### What is needed
Take the entries below and print only the lines from the one with "f 190 332 192" through the one with "f 337 336 317", exactly as they stand, both ends included.

Collected data entries
════════════════
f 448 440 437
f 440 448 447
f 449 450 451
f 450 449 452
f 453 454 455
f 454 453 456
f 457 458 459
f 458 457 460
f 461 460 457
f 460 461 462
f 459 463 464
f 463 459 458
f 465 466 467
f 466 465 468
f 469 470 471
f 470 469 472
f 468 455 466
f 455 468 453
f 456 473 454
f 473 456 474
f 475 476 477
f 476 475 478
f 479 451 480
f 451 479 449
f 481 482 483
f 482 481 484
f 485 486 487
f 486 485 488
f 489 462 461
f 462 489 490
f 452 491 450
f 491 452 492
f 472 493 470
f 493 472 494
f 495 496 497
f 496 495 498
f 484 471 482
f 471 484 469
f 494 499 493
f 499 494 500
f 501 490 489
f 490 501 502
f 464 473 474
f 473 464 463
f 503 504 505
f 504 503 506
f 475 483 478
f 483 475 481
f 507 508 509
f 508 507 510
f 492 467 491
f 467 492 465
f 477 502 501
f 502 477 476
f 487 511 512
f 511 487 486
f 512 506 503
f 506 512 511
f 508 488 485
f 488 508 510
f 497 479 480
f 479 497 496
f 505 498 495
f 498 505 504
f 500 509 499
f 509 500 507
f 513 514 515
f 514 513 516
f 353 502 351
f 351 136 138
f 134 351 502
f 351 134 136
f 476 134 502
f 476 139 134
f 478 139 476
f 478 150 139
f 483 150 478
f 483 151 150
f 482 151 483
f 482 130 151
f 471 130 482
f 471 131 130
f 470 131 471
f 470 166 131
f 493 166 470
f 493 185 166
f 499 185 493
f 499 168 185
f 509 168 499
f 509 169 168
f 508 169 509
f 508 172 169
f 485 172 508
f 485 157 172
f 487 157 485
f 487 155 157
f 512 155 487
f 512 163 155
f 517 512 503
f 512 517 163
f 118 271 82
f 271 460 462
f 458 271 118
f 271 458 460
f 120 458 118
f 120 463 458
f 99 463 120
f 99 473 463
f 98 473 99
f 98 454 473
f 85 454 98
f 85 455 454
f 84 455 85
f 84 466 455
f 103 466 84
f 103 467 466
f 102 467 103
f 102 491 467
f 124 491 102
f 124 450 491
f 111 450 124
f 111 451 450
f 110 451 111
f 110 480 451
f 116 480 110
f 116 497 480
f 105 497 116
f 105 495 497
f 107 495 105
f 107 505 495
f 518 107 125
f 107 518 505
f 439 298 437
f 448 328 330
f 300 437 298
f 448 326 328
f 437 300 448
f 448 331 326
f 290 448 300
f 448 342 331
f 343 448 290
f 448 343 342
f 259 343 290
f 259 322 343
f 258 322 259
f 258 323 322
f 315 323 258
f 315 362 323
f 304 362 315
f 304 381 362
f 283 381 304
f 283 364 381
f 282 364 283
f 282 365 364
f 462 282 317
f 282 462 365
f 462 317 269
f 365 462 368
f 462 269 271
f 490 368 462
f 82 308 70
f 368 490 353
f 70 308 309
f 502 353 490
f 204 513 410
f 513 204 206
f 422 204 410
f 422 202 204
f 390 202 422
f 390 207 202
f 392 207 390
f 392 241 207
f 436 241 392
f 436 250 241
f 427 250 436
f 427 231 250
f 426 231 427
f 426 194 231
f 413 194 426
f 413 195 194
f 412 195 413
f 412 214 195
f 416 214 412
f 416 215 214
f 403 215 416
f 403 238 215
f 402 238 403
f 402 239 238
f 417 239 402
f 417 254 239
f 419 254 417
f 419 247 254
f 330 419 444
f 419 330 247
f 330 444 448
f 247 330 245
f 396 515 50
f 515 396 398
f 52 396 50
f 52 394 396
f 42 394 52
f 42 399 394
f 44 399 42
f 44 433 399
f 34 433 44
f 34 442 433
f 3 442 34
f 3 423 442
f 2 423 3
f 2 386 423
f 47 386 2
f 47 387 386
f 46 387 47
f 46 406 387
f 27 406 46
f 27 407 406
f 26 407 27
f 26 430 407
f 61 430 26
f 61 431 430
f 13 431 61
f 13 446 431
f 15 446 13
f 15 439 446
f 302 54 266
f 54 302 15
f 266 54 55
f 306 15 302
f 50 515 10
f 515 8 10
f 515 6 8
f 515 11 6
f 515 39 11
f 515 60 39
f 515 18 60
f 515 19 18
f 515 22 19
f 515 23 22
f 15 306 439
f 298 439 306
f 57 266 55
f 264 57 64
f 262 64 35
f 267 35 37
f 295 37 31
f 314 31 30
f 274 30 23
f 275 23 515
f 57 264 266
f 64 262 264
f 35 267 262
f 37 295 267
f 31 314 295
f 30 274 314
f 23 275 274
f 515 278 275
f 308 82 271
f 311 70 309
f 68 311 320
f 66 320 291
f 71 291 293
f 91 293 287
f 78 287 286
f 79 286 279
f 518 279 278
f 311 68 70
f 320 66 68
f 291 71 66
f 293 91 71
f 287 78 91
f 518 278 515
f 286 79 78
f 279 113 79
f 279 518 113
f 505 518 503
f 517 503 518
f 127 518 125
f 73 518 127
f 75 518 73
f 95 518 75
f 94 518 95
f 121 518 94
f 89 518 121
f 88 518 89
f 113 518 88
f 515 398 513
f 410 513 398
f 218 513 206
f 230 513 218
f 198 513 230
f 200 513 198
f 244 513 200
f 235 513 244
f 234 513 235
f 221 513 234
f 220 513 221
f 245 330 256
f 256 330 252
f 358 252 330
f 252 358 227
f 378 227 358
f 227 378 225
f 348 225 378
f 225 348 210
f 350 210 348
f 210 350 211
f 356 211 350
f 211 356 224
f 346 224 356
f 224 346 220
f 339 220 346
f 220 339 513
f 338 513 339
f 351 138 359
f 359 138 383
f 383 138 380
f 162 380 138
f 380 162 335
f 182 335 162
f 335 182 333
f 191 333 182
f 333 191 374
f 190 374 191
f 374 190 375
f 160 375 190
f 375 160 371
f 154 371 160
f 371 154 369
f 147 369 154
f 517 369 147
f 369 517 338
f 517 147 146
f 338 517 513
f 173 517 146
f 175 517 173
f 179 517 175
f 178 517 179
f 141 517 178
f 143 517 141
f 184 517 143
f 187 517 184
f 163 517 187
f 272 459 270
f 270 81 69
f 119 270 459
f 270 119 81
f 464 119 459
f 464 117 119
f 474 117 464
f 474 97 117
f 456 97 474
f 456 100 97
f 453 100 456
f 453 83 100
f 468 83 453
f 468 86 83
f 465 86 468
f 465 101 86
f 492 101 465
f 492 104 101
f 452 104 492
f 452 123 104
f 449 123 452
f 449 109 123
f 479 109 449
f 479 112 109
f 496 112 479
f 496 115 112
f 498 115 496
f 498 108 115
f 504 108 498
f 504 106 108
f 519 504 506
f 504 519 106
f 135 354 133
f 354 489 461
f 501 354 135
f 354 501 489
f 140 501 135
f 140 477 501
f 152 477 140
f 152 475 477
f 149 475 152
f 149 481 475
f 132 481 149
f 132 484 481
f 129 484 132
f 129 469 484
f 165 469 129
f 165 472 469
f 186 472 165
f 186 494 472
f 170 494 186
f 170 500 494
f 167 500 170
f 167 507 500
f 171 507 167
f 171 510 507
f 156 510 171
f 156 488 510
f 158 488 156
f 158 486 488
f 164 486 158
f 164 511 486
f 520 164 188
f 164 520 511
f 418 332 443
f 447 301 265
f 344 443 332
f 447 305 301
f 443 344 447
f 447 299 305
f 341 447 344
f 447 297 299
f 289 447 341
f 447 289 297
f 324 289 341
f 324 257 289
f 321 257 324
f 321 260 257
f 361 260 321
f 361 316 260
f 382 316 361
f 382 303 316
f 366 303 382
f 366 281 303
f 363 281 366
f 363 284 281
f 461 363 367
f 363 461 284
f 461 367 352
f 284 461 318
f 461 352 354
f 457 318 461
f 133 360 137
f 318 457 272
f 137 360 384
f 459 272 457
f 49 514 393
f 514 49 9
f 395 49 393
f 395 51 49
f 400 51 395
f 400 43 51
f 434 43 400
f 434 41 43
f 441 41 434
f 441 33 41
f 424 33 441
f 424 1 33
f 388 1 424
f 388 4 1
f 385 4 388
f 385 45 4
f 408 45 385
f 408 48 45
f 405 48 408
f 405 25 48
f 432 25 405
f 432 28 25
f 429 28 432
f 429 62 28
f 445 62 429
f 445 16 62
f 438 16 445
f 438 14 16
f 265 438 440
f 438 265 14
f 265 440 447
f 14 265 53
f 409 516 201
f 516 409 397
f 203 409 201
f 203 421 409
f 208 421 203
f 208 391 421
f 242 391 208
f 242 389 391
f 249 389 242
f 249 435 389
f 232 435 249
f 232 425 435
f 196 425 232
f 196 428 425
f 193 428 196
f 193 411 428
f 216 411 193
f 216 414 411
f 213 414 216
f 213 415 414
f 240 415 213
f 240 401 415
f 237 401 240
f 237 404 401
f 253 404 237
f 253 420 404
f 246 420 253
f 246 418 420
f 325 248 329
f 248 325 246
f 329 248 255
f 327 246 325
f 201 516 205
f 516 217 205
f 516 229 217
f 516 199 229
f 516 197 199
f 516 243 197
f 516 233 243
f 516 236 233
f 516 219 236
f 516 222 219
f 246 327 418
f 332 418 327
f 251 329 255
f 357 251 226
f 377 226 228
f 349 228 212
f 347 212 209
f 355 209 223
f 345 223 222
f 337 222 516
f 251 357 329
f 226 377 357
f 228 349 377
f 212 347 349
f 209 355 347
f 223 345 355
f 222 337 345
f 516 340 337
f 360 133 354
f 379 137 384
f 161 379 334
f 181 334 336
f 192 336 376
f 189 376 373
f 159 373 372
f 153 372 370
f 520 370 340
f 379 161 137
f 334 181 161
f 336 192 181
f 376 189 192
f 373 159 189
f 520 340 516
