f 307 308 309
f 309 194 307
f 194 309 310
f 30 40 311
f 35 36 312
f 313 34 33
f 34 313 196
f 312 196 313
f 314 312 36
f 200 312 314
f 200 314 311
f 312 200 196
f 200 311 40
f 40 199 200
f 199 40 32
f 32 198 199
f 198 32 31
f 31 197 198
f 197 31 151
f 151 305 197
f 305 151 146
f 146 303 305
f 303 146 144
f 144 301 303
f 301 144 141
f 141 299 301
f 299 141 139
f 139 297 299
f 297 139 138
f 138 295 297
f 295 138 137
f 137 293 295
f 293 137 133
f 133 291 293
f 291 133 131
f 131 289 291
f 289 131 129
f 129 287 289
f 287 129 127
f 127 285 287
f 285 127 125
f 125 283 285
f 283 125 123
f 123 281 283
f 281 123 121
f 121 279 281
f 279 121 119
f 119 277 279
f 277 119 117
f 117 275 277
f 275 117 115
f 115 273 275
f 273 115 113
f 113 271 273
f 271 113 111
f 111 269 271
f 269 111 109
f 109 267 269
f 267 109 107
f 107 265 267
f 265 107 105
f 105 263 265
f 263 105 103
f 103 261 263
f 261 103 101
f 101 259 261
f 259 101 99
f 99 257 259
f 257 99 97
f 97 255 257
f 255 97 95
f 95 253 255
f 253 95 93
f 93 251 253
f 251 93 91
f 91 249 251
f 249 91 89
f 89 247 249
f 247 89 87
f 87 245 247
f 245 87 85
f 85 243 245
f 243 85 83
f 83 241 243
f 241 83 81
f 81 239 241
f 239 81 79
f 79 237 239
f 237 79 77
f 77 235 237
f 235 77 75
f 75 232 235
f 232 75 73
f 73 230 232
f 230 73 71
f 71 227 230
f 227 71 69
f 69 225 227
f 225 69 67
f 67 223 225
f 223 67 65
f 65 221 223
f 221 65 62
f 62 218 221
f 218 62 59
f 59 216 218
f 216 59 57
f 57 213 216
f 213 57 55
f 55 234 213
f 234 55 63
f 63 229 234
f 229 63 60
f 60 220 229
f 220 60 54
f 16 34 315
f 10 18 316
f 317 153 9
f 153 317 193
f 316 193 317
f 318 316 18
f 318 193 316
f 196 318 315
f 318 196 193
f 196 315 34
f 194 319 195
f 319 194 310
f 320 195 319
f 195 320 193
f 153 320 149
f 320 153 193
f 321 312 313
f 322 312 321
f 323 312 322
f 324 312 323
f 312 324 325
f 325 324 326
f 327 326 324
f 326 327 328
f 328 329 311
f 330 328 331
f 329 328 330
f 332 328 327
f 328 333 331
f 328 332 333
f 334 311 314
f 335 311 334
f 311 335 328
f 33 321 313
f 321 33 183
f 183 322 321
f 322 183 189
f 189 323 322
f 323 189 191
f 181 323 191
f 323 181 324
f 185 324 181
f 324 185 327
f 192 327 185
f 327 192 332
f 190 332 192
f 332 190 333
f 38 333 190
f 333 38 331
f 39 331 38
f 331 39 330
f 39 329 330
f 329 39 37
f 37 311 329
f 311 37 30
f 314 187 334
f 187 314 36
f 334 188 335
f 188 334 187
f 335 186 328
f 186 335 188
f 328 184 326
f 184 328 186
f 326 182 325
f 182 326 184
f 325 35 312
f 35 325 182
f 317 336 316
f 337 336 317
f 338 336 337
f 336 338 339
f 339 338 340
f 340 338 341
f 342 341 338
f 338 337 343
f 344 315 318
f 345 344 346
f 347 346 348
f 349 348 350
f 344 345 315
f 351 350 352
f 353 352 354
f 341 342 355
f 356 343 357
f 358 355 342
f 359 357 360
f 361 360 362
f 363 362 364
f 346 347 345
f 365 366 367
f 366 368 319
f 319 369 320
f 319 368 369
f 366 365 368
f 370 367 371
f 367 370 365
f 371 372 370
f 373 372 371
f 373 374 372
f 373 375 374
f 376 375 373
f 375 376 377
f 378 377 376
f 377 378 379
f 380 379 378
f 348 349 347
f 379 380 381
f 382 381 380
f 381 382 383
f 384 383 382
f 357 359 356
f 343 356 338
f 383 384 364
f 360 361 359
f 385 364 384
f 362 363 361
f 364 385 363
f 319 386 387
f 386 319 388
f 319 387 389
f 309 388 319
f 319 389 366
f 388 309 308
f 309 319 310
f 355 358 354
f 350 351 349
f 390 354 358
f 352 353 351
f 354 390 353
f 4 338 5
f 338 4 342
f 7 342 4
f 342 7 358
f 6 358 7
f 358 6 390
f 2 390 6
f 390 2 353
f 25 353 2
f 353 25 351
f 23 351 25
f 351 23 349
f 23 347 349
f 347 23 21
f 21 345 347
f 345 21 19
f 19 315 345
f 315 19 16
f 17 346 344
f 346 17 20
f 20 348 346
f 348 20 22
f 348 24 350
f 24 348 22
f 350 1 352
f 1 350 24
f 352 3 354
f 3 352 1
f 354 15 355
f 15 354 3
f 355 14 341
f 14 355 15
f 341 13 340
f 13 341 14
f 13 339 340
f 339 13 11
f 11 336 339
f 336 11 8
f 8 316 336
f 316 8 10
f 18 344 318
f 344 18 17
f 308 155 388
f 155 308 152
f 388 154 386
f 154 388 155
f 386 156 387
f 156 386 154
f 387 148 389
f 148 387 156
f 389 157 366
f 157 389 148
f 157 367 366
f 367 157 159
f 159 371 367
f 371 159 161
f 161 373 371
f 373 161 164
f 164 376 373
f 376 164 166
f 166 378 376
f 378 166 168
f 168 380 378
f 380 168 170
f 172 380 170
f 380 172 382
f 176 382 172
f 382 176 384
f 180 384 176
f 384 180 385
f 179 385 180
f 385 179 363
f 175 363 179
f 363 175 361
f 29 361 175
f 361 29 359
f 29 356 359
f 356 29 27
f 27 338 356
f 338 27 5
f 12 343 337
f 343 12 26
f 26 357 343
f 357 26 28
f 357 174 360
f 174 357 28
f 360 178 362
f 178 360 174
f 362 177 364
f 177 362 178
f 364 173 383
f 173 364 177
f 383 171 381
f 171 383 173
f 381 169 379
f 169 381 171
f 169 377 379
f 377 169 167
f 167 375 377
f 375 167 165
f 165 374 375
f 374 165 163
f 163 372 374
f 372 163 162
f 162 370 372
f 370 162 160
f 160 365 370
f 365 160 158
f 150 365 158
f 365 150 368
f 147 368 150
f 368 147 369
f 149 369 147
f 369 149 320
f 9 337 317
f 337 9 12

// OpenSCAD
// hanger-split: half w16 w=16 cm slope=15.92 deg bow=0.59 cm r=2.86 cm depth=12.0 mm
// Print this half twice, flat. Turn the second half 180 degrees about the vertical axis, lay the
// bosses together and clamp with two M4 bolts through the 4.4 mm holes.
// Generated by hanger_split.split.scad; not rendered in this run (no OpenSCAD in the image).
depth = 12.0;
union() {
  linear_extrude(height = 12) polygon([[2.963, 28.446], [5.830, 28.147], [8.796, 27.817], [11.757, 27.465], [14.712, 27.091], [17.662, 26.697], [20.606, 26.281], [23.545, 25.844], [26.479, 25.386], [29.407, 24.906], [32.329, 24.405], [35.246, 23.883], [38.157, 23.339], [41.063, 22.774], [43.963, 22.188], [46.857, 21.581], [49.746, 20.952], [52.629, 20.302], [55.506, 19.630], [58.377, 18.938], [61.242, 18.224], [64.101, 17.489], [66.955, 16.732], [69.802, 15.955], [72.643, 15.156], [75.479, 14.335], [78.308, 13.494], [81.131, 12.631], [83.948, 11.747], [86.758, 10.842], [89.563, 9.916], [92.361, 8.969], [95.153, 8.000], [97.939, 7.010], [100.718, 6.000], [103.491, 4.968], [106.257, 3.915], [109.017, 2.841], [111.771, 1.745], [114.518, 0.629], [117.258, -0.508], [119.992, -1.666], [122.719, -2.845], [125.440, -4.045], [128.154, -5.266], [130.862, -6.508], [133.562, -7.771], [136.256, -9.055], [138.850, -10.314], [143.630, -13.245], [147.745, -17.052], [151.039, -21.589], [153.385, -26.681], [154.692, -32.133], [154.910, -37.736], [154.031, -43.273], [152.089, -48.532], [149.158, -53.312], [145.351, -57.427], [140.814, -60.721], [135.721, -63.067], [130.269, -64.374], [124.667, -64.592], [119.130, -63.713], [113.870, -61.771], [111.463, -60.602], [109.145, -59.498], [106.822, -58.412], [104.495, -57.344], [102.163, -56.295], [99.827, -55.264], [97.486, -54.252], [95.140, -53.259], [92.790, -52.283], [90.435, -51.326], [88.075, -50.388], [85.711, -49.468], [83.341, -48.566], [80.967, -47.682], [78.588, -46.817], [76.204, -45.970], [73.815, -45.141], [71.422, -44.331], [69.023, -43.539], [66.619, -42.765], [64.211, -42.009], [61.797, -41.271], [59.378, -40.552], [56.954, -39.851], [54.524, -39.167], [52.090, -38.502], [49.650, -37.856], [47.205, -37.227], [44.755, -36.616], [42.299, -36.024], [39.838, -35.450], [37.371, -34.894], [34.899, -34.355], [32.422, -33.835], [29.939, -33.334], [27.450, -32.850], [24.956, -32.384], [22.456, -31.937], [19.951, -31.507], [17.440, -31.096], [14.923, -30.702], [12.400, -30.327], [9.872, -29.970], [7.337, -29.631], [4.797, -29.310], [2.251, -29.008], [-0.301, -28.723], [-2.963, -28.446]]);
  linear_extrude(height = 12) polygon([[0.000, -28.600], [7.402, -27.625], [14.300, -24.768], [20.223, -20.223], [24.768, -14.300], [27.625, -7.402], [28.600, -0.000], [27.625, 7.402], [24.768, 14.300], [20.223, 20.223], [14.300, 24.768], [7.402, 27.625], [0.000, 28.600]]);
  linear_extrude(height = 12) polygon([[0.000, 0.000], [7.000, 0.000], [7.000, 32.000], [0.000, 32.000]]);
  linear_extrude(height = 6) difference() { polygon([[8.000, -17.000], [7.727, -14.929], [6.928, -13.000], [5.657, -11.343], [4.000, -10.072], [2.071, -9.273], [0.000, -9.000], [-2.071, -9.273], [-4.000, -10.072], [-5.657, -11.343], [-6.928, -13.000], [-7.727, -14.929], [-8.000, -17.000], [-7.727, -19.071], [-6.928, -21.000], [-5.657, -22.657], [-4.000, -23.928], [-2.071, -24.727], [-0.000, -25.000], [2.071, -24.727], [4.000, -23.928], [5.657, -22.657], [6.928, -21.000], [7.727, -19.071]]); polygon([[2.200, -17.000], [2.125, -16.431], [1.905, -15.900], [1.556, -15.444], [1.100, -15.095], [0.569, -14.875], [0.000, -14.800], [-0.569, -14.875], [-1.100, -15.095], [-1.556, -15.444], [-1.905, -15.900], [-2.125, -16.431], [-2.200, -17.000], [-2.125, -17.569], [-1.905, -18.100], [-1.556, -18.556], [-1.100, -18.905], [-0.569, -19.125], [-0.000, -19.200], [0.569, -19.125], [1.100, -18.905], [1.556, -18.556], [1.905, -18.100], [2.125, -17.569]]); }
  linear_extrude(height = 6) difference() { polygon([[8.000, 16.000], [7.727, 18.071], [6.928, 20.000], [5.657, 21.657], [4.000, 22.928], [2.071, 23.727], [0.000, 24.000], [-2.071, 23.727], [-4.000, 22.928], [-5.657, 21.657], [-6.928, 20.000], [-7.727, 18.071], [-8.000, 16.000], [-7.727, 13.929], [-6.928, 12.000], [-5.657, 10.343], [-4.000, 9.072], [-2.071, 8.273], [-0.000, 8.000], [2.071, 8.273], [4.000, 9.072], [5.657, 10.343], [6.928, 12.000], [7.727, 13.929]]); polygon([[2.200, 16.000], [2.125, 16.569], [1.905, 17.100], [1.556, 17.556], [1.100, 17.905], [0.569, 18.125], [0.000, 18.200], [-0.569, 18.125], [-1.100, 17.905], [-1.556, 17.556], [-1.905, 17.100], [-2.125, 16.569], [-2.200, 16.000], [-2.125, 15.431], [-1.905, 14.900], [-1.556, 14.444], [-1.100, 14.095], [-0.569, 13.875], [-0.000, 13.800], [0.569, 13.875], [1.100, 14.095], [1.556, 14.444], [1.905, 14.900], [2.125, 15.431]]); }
════════════════
### Reply
f 190 332 192
f 332 190 333
f 38 333 190
f 333 38 331
f 39 331 38
f 331 39 330
f 39 329 330
f 329 39 37
f 37 311 329
f 311 37 30
f 314 187 334
f 187 314 36
f 334 188 335
f 188 334 187
f 335 186 328
f 186 335 188
f 328 184 326
f 184 328 186
f 326 182 325
f 182 326 184
f 325 35 312
f 35 325 182
f 317 336 316
f 337 336 317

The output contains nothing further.